It's $60 a year and you have to do a shooting test to show you can hit what you're aiming at and a training day where you learn safety, navigation and what they are all about. 

Sent from my SM-G900I using Tapatalk


----------



## kitten_pheonix (Jun 10, 2014)

It honestly looks like the bred traits in the dogs are dissapearing and they are going back to wolves. 
Which is not as dumb as it sounds.
A short bit on the silver fox study in russia, they are breeding foxes based on traits such as seeks human company etc, in a few generations they start to get floppy ears, wag there tails, get more colours etc. 
It would only take a few generations for these wild dogs to go back to a close to wolf state. The grey one is really showing a wolf colour. 
(Beautiful but shouldnt be here)


----------



## moosenoose (Jun 10, 2014)

I do think of the puppies, the kittens, the piglets & all those other feral things out there. I particularly like the little pigs...delicious!!  Haven't tried puppy yet :lol:


----------



## beastcreature (Jun 17, 2014)

I'm curious for those who shoot feral dogs whether you distinguish a difference between Dingoes & feral dogs that have come from domestic stock or whether you shoot regardless?


----------



## champagne (Jun 17, 2014)

beastcreature said:


> I'm curious for those who shoot feral dogs whether you distinguish a difference between Dingoes & feral dogs that have come from domestic stock or whether you shoot regardless?

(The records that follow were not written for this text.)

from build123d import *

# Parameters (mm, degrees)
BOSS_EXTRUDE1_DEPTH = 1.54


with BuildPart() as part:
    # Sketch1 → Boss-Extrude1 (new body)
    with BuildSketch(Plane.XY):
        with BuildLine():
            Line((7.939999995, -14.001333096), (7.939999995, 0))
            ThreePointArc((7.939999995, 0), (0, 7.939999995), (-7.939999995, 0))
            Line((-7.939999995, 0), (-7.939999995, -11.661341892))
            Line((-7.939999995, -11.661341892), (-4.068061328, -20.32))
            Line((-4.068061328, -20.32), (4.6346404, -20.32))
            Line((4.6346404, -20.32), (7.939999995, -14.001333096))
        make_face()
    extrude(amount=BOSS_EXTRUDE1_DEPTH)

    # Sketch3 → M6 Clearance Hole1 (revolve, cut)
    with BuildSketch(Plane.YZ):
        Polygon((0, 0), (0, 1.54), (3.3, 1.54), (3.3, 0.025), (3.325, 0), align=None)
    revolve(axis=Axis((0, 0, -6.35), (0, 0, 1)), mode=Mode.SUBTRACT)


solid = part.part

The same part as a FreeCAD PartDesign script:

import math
import FreeCAD as App
import Part
import Sketcher
Q = App.Units.Quantity


def add_polygon(sketch, points):
    """Adds a closed chain of lines whose ends are joined by coincident constraints."""
    first, n = sketch.GeometryCount, len(points)
    for a, b in zip(points, points[1:] + points[:1]):
        sketch.addGeometry(Part.LineSegment(App.Vector(*a, 0), App.Vector(*b, 0)), False)
    for i in range(n):
        sketch.addConstraint(Sketcher.Constraint("Coincident", first + i, 2, first + (i + 1) % n, 1))

doc = App.newDocument("Part")
params = doc.addObject("Spreadsheet::Sheet", "Params")
for row, (alias, value) in enumerate([
    ("sketch1_radius", "7.94 mm"),
    ("pad1_length", "1.54 mm"),
    ("sketch2_width", "3.3 mm"),
    ("sketch2_height", "1.54 mm"),
    ("groove_angle", "360 deg"),
], start=1):
    params.set(f"A{row}", alias)
    params.set(f"B{row}", "=" + value)
    params.setAlias(f"B{row}", alias)

body = doc.addObject("PartDesign::Body", "Body")

# Sketch on XY plane
sketch1 = body.newObject("Sketcher::SketchObject", "Sketch")
sketch1.AttachmentSupport = (doc.getObject("XY_Plane"), [""])
sketch1.MapMode = "FlatFace"
sketch1.addGeometry([
    Part.LineSegment(App.Vector(8, -14, 0), App.Vector(8, 0, 0)),  # 0
    Part.ArcOfCircle(Part.Circle(App.Vector(0, 0, 0), App.Vector(0, 0, 1), 8), math.radians(0), math.radians(180)),  # 1
    Part.LineSegment(App.Vector(-8, 0, 0), App.Vector(-8, -12, 0)),  # 2
    Part.LineSegment(App.Vector(-8, -12, 0), App.Vector(-4, -20, 0)),  # 3
    Part.LineSegment(App.Vector(-4, -20, 0), App.Vector(5, -20, 0)),  # 4
    Part.LineSegment(App.Vector(5, -20, 0), App.Vector(8, -14, 0)),  # 5
], False)
sketch1.addConstraint([
    Sketcher.Constraint("Tangent", 0, 2, 1, 1),
    Sketcher.Constraint("Tangent", 1, 2, 2, 1),
    Sketcher.Constraint("Coincident", 2, 2, 3, 1),
    Sketcher.Constraint("Coincident", 3, 2, 4, 1),
    Sketcher.Constraint("Coincident", 4, 2, 5, 1),
    Sketcher.Constraint("Coincident", 5, 2, 0, 1),
    Sketcher.Constraint("Vertical", 0),
    Sketcher.Constraint("Vertical", 2),
    Sketcher.Constraint("Horizontal", 4),
    Sketcher.Constraint("Coincident", 1, 3, -1, 1),
    Sketcher.Constraint("Radius", 1, Q("7.94 mm")),
    Sketcher.Constraint("DistanceY", 3, 2, -1, 1, Q("20.32 mm")),
    Sketcher.Constraint("DistanceX", 4, 1, 4, 2, Q("8.702702 mm")),
    Sketcher.Constraint("DistanceY", 2, 2, 2, 1, Q("11.661342 mm")),
    Sketcher.Constraint("Distance", 3, Q("9.48495 mm")),
    Sketcher.Constraint("DistanceY", 0, 1, 0, 2, Q("14.001333 mm")),
])
sketch1.setExpression("Constraints[10]", "Params.sketch1_radius")
pad1 = body.newObject("PartDesign::Pad", "Pad")
pad1.Profile = sketch1
pad1.setExpression("Length", "Params.pad1_length")

# Sketch on YZ plane
sketch2 = body.newObject("Sketcher::SketchObject", "Sketch001")
sketch2.AttachmentSupport = (doc.getObject("YZ_Plane"), [""])
sketch2.MapMode = "FlatFace"
add_polygon(sketch2, [(0, 1.54), (0, 0), (3.325, 0), (3.3, 0.025), (3.3, 1.54)])  # lines 0-4
sketch2.addConstraint([
    Sketcher.Constraint("Vertical", 0),
    Sketcher.Constraint("Horizontal", 1),
    Sketcher.Constraint("Vertical", 3),
    Sketcher.Constraint("Horizontal", 4),
    Sketcher.Constraint("Coincident", 0, 2, -1, 1),
    Sketcher.Constraint("Angle", 2, Q("135 deg")),
    Sketcher.Constraint("DistanceX", 4, 2, 4, 1, Q("3.3 mm")),
    Sketcher.Constraint("DistanceY", 0, 2, 0, 1, Q("1.54 mm")),
    Sketcher.Constraint("DistanceX", 1, 1, 1, 2, Q("3.325 mm")),
])
sketch2.setExpression("Constraints[11]", "Params.sketch2_width")
sketch2.setExpression("Constraints[12]", "Params.sketch2_height")
groove = body.newObject("PartDesign::Groove", "Groove")
groove.Profile = sketch2
groove.ReferenceAxis = (sketch2, ["V_Axis"])
groove.setExpression("Angle", "Params.groove_angle")

doc.recompute()
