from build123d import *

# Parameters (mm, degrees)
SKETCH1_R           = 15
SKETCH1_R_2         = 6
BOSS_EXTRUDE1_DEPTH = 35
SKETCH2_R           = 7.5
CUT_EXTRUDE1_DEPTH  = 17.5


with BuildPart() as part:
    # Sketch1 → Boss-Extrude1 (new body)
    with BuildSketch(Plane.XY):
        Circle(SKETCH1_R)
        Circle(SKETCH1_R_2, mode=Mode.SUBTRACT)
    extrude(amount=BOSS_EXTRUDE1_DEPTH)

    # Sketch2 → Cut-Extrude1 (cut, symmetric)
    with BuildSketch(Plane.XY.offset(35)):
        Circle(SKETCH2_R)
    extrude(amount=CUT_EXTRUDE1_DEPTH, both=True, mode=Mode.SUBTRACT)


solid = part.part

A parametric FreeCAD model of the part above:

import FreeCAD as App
import Part
import Sketcher
from FreeCAD import Vector
Q = App.Units.Quantity

doc = App.newDocument("Part")
body = doc.addObject("PartDesign::Body", "Body")

# Sketch on XY plane
sketch1 = body.newObject("Sketcher::SketchObject", "Sketch")
sketch1.AttachmentSupport = (doc.getObject("XY_Plane"), [""])
sketch1.MapMode = "FlatFace"
sketch1.addGeometry([
    Part.Circle(Vector(0, 0, 0), Vector(0, 0, 1), 15),
    Part.Circle(Vector(0, 0, 0), Vector(0, 0, 1), 6),
], False)
sketch1.addConstraint([
    Sketcher.Constraint("Coincident", 0, 3, -1, 1),
    Sketcher.Constraint("Coincident", 1, 3, -1, 1),
    Sketcher.Constraint("Diameter", 0, Q("30 mm")),
    Sketcher.Constraint("Diameter", 1, Q("12 mm")),
])
pad1 = body.newObject("PartDesign::Pad", "Pad")
pad1.Profile = sketch1
pad1.Length = 35

# Sketch on XY plane
sketch2 = body.newObject("Sketcher::SketchObject", "Sketch001")
sketch2.AttachmentSupport = (doc.getObject("XY_Plane"), [""])
sketch2.MapMode = "FlatFace"
sketch2.AttachmentOffset = App.Placement(Vector(0, 0, 35), App.Rotation())
sketch2.addGeometry(Part.Circle(Vector(0, 0, 0), Vector(0, 0, 1), 8), False)
sketch2.addConstraint([
    Sketcher.Constraint("Coincident", 0, 3, -1, 1),
    Sketcher.Constraint("Diameter", 0, Q("15 mm")),
])
pocket1 = body.newObject("PartDesign::Pocket", "Pocket")
pocket1.Profile = sketch2
pocket1.Length = 35
pocket1.Midplane = True

doc.recompute()
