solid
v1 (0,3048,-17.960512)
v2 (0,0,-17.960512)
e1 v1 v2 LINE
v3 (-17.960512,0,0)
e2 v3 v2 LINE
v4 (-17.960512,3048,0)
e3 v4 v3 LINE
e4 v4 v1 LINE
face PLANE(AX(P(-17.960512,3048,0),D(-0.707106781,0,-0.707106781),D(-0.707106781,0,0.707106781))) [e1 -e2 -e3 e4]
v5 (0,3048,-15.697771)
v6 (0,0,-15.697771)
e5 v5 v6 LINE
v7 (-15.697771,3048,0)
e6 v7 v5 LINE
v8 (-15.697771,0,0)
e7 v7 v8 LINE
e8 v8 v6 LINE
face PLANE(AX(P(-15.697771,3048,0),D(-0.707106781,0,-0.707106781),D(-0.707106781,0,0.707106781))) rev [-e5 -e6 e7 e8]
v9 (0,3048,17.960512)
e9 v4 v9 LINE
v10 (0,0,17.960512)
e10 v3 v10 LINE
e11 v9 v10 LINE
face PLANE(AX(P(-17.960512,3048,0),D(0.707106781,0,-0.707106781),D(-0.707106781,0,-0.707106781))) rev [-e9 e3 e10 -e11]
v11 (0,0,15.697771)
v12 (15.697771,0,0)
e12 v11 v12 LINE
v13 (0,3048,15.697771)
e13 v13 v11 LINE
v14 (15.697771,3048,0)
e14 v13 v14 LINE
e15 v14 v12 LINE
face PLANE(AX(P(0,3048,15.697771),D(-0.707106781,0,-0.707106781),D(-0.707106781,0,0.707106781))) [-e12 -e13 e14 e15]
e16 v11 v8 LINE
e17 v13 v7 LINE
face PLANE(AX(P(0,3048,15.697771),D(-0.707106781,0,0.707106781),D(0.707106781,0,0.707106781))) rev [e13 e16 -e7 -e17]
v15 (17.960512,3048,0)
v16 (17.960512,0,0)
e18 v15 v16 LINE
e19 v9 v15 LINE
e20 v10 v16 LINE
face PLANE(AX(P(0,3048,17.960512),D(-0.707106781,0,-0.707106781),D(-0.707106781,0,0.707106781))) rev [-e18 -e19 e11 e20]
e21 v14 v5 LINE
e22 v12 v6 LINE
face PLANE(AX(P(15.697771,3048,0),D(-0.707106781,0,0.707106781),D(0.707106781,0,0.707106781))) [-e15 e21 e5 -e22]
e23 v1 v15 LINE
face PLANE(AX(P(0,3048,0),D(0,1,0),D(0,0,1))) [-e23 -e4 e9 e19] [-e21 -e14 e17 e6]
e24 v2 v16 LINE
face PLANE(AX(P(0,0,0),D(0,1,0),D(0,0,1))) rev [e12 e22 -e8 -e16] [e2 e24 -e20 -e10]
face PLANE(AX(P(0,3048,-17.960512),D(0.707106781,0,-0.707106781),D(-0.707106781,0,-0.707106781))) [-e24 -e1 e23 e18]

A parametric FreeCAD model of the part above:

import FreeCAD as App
import Part
import Sketcher
Q = App.Units.Quantity

doc = App.newDocument("Part")
body = doc.addObject("PartDesign::Body", "Body")

sketch1 = body.newObject("Sketcher::SketchObject", "Sketch")
sketch1.AttachmentSupport = (doc.getObject("XZ_Plane"), [""])
sketch1.MapMode = "FlatFace"
sketch1.addGeometry(Part.LineSegment(App.Vector(0, -18, 0), App.Vector(-18, 0, 0)), False)
sketch1.addGeometry(Part.LineSegment(App.Vector(-18, 0, 0), App.Vector(0, 18, 0)), False)
sketch1.addGeometry(Part.LineSegment(App.Vector(0, 18, 0), App.Vector(18, 0, 0)), False)
sketch1.addGeometry(Part.LineSegment(App.Vector(18, 0, 0), App.Vector(0, -18, 0)), False)
sketch1.addGeometry(Part.LineSegment(App.Vector(0, 16, 0), App.Vector(-16, 0, 0)), False)
sketch1.addGeometry(Part.LineSegment(App.Vector(-16, 0, 0), App.Vector(0, -16, 0)), False)
sketch1.addGeometry(Part.LineSegment(App.Vector(0, -16, 0), App.Vector(16, 0, 0)), False)
sketch1.addGeometry(Part.LineSegment(App.Vector(16, 0, 0), App.Vector(0, 16, 0)), False)
sketch1.addConstraint(Sketcher.Constraint("Coincident", 0, 2, 1, 1))
sketch1.addConstraint(Sketcher.Constraint("Coincident", 1, 2, 2, 1))
sketch1.addConstraint(Sketcher.Constraint("Coincident", 2, 2, 3, 1))
sketch1.addConstraint(Sketcher.Constraint("Coincident", 3, 2, 0, 1))
sketch1.addConstraint(Sketcher.Constraint("Coincident", 4, 2, 5, 1))
sketch1.addConstraint(Sketcher.Constraint("Coincident", 5, 2, 6, 1))
sketch1.addConstraint(Sketcher.Constraint("Coincident", 6, 2, 7, 1))
sketch1.addConstraint(Sketcher.Constraint("Coincident", 7, 2, 4, 1))
sketch1.addConstraint(Sketcher.Constraint("Symmetric", 0, 2, 2, 2, -1, 1))
sketch1.addConstraint(Sketcher.Constraint("Symmetric", 1, 2, 3, 2, -1, 1))
sketch1.addConstraint(Sketcher.Constraint("Symmetric", 4, 2, 6, 2, -1, 1))
sketch1.addConstraint(Sketcher.Constraint("Symmetric", 5, 2, 7, 2, -1, 1))
sketch1.addConstraint(Sketcher.Constraint("PointOnObject", 0, 2, -1))
sketch1.addConstraint(Sketcher.Constraint("PointOnObject", 1, 2, -2))
sketch1.addConstraint(Sketcher.Constraint("PointOnObject", 4, 2, -1))
sketch1.addConstraint(Sketcher.Constraint("PointOnObject", 5, 2, -2))
sketch1.addConstraint(Sketcher.Constraint("Perpendicular", 0, 1))
sketch1.addConstraint(Sketcher.Constraint("Parallel", 3, 4))
sketch1.addConstraint(Sketcher.Constraint("Distance", 0, Q("1 in")))
sketch1.addConstraint(Sketcher.Constraint("Distance", 4, 22.2))
pad1 = body.newObject("PartDesign::Pad", "Pad")
pad1.Profile = sketch1
pad1.Length = Q("120 in")
pad1.Reversed = True

doc.recompute()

There are very few pure dingos left on main land australia and any dog seen is shoot.


----------



## beastcreature (Jun 17, 2014)

champagne said:


> There are very few pure dingos left on main land australia and any dog seen is shoot.



Hypothetically if there were a 'safe' number of pure Dingoes left?


----------



## baker (Jun 17, 2014)

beastcreature said:


> Hypothetically if there were a 'safe' number of pure Dingoes left?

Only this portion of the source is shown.